# Monster pike



## ocala (Jan 30, 2005)

You have to take this for what it's worth. In this day and age of the internet stories and pics can be manipulated so much that sometimes you just shake your head.
My buddy sent me an email, and someone sent it to him and so on and so on. It's about a huge pike, 55lbs that was caught in a river in Canada that wasn't hooked but wouldn't let go of a smaller pike it caught.
The following is the text and pics of the fish that were in the email. 
Click on the link to see the pics. I put the pics on my bassclubs web site so you could see them.
For what it's worth, that fish is huge.

For you fishermen.

Now we have pikezilla.

For all you fishermen out there and your stories about the big one that got
away. .

This was caught without being hooked!
It would not let go of the "small" 36 inch northern pike it wanted for
lunch.

Pikezilla was caught on a river in Canada, and was only 55lbs, 56inches.
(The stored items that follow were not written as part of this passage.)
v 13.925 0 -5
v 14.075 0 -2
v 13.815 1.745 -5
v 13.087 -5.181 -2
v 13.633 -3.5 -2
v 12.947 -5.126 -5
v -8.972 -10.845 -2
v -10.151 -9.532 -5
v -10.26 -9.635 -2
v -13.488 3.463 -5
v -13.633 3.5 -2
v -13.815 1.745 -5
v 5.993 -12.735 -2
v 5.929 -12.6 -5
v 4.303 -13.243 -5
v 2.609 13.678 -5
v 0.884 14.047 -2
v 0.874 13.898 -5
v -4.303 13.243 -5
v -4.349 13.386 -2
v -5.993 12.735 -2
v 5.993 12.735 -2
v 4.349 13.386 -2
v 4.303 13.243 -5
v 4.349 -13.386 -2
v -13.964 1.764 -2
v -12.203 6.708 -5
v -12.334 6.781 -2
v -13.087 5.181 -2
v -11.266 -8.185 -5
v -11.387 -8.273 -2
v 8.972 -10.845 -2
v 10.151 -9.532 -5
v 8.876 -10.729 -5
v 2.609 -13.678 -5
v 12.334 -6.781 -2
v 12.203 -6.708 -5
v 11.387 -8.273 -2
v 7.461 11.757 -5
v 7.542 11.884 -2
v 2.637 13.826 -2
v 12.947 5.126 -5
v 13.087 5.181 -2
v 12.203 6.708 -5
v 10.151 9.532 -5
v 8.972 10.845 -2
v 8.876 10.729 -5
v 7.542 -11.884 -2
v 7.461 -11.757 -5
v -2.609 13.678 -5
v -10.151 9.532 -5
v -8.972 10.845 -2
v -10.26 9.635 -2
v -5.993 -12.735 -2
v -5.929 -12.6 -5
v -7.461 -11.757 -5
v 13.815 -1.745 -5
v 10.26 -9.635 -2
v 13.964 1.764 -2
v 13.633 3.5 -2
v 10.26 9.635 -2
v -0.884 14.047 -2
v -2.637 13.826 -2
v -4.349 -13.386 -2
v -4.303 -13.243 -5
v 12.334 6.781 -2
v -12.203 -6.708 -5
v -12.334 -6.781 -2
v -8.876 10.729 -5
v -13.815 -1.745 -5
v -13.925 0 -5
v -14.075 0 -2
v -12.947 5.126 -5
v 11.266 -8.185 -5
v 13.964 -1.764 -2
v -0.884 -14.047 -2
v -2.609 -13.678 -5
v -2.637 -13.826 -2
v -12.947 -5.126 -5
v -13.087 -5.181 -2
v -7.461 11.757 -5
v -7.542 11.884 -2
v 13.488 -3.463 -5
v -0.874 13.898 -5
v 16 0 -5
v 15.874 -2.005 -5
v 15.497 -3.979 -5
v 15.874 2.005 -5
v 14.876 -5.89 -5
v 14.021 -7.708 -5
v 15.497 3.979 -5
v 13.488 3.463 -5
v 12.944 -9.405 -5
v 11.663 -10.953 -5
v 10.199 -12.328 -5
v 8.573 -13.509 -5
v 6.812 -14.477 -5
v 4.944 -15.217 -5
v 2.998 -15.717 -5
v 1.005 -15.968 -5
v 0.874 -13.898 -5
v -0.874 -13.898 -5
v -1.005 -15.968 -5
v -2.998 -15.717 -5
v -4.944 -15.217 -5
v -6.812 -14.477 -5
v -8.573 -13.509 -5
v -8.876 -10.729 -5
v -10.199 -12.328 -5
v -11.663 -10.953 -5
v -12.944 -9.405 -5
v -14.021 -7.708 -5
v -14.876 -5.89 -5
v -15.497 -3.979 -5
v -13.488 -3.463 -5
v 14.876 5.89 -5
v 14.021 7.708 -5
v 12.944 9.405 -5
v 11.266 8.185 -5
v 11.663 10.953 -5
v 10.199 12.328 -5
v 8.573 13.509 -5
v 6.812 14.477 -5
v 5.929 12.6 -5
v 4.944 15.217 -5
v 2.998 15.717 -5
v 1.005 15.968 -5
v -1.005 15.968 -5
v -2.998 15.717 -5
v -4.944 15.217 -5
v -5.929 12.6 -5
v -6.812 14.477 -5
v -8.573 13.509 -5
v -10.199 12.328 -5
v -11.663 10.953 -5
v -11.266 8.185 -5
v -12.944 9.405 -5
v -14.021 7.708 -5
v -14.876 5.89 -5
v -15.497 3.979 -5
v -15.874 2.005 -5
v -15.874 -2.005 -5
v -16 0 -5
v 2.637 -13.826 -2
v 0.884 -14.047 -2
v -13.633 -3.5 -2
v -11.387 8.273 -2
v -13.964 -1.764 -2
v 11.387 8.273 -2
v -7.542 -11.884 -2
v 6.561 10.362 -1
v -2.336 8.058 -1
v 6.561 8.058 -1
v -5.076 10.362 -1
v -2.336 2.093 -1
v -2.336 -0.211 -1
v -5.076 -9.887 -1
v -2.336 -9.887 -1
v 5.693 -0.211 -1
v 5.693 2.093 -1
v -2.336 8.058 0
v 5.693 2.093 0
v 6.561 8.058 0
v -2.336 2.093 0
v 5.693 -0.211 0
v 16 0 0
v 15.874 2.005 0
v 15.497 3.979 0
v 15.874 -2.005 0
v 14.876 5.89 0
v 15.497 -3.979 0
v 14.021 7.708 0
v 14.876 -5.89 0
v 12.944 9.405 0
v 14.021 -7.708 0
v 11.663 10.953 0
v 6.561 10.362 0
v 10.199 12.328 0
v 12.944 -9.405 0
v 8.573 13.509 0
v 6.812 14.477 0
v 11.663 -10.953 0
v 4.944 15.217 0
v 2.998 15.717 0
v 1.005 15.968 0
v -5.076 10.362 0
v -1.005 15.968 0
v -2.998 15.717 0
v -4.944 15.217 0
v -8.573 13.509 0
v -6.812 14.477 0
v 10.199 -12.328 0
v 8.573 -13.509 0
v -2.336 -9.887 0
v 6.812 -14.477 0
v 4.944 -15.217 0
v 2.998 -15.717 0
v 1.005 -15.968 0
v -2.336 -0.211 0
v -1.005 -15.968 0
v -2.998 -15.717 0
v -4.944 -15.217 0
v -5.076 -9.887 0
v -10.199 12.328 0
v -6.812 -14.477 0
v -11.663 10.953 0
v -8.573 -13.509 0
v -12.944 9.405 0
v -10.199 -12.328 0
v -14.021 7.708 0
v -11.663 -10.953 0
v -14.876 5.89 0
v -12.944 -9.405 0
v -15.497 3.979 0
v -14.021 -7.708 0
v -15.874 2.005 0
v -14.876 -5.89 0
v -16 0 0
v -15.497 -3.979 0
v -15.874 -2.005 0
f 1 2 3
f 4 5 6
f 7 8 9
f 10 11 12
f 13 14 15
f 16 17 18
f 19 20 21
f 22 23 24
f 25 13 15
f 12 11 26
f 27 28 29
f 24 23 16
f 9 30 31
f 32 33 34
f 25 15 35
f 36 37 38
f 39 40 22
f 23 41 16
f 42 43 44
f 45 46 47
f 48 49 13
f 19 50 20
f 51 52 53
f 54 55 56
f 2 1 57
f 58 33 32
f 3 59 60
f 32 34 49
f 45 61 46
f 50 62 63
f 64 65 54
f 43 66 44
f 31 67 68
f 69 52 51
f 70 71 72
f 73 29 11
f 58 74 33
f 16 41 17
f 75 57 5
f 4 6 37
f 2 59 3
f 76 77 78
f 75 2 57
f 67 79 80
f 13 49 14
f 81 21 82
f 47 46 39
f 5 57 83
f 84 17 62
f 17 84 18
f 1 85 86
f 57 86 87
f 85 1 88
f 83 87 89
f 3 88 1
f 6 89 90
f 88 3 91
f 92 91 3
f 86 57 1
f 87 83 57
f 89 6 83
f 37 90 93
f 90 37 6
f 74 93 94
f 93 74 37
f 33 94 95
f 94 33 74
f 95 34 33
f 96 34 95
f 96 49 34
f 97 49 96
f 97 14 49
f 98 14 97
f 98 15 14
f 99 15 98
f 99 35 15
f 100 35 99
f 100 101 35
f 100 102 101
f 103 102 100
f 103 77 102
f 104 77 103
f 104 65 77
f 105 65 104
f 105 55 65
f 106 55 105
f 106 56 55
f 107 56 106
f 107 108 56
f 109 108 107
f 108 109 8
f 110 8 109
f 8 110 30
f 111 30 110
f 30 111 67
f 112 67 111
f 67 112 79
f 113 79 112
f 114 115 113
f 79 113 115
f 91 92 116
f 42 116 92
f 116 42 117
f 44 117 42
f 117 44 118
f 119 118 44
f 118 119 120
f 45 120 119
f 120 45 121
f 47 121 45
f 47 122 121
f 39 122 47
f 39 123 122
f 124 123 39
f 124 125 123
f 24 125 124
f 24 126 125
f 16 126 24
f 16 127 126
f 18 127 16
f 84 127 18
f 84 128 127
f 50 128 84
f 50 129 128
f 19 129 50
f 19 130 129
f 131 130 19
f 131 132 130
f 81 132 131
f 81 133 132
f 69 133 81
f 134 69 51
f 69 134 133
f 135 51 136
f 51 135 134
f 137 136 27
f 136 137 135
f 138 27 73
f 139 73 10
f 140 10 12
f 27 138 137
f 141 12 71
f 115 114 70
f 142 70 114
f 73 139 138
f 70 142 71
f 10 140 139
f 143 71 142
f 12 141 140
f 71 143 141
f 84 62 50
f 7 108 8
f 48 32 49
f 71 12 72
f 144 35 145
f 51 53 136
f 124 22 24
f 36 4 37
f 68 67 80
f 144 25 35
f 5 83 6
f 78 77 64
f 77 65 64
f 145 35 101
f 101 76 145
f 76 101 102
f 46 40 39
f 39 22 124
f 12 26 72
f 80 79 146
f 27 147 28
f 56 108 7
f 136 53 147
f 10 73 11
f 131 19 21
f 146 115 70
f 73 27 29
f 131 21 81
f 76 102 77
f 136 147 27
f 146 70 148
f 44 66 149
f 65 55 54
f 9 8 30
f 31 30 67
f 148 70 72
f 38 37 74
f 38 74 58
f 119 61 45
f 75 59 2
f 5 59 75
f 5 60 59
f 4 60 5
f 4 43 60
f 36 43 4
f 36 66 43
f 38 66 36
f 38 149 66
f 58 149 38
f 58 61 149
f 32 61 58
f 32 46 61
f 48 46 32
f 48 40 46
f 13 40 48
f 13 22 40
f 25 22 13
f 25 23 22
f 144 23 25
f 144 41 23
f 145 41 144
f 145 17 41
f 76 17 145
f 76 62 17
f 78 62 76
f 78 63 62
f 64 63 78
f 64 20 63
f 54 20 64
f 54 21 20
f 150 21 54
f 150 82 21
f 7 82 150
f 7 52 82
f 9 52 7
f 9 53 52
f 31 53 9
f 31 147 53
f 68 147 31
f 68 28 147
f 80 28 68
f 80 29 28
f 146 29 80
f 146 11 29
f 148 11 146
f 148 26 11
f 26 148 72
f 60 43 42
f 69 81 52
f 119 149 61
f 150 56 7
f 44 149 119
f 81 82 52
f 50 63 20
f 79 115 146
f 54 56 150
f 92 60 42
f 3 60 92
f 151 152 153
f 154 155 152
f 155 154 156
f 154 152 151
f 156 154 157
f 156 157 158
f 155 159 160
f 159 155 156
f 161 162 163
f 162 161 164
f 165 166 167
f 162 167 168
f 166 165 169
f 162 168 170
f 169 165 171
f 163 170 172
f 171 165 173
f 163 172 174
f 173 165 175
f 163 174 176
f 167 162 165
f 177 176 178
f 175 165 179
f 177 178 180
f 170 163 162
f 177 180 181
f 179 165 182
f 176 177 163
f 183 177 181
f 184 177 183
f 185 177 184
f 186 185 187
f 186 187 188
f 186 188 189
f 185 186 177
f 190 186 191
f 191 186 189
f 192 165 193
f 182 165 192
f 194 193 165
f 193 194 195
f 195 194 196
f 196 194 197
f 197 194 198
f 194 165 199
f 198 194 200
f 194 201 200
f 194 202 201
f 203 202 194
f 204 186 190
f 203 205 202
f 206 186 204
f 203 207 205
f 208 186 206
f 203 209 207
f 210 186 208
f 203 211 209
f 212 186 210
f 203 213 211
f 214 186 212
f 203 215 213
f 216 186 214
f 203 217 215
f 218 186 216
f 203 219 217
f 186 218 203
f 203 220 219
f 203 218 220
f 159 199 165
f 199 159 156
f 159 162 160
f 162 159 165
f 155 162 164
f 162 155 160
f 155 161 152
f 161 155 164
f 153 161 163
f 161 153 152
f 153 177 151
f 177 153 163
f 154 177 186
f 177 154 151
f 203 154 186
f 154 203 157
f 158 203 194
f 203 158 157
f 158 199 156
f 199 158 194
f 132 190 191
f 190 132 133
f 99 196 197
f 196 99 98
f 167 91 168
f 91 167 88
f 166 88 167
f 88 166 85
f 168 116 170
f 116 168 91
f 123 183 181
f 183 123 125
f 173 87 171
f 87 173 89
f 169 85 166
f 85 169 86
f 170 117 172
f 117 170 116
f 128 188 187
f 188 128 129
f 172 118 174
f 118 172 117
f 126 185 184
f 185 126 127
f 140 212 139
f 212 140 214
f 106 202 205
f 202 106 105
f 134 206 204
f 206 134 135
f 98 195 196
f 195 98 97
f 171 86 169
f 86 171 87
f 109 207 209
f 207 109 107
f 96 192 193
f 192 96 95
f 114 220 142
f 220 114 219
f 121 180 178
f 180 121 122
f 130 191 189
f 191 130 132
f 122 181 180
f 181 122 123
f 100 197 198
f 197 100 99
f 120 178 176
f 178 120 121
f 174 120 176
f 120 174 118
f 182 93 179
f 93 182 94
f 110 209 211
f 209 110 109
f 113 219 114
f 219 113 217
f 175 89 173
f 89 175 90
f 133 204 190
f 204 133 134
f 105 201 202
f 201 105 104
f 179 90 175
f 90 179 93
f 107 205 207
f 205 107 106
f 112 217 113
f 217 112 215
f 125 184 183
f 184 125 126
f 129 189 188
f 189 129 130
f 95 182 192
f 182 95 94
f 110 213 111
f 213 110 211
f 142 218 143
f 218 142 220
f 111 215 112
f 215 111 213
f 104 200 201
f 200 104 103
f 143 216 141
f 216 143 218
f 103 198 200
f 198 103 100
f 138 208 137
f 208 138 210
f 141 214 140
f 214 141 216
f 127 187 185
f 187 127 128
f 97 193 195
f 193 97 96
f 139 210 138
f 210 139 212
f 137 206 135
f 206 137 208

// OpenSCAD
$fn = 50;


difference() {
	union() {
		translate(v = [0, 0, -5.0000000000]) {
			cylinder(h = 5, r = 16.0000000000);
		}
	}
	union() {
		#translate(v = [0, 0, -5.0000000000]) {
			cylinder(h = 3, r1 = 13.9250000000, r2 = 14.0750000000);
		}
		translate(v = [0, 0, -1]) {
			linear_extrude(height = 1) {
				text(font = "Impact", halign = "center", size = 20, text = "F", valign = "center");
			}
		}
	}
}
http://www.justfriendsbassin.com/new_page_9.htm


----------



## Hook N Book (Apr 7, 2004)

But I'm confused...is this some sort of joke or what. These photo's have been floating around for at least the last 4-5 years and it's always the same story...a friend of friend of a friend...! What gives...????  

BTW...These same pic's and story were just posted on this site last week and the month before that and a year ago and the year before that and the year before...well you get the picture (pun intended)...!


----------



## ocala (Jan 30, 2005)

I apologize then. This was my first time seeing these and I didn't know they had already been posted.


----------



## Hook N Book (Apr 7, 2004)

No apology neccessary...! I asked the question because I was really starting to think I was missing something with the frequency of these photos showing up here.
No biggie...I suppose there's nothing to it other than the allure of a gigantic fish.


----------



## ezbite (May 25, 2006)

hook, im in shock! you mean you dont believe  hehehe


----------



## freyedknot (Apr 10, 2004)

he must believe!!!! hoochiemanzata got a free touchdown today?


----------



## Roscoe (Jul 22, 2007)

That looks more like an Eastern Europe fish to me.Just look at the photo.Canadian Pike just don't grow that big.That's what I think.Roscoe


----------



## BMustang (Jul 27, 2004)

Regardless of the origination - it's a truly beautiful fish!!!

Anyone who fishes for pike with any frequency has stories of large pike grabbing smaller fish that you are fighting.

I've had three such instances. One with a perch that wouldn't let go and I landed without his being hooked; one that grabbed the chub that I was using for bait sideways avoiding the hook; and a third that attacked a walleye that I was fighting that he released just before I could get the net under him.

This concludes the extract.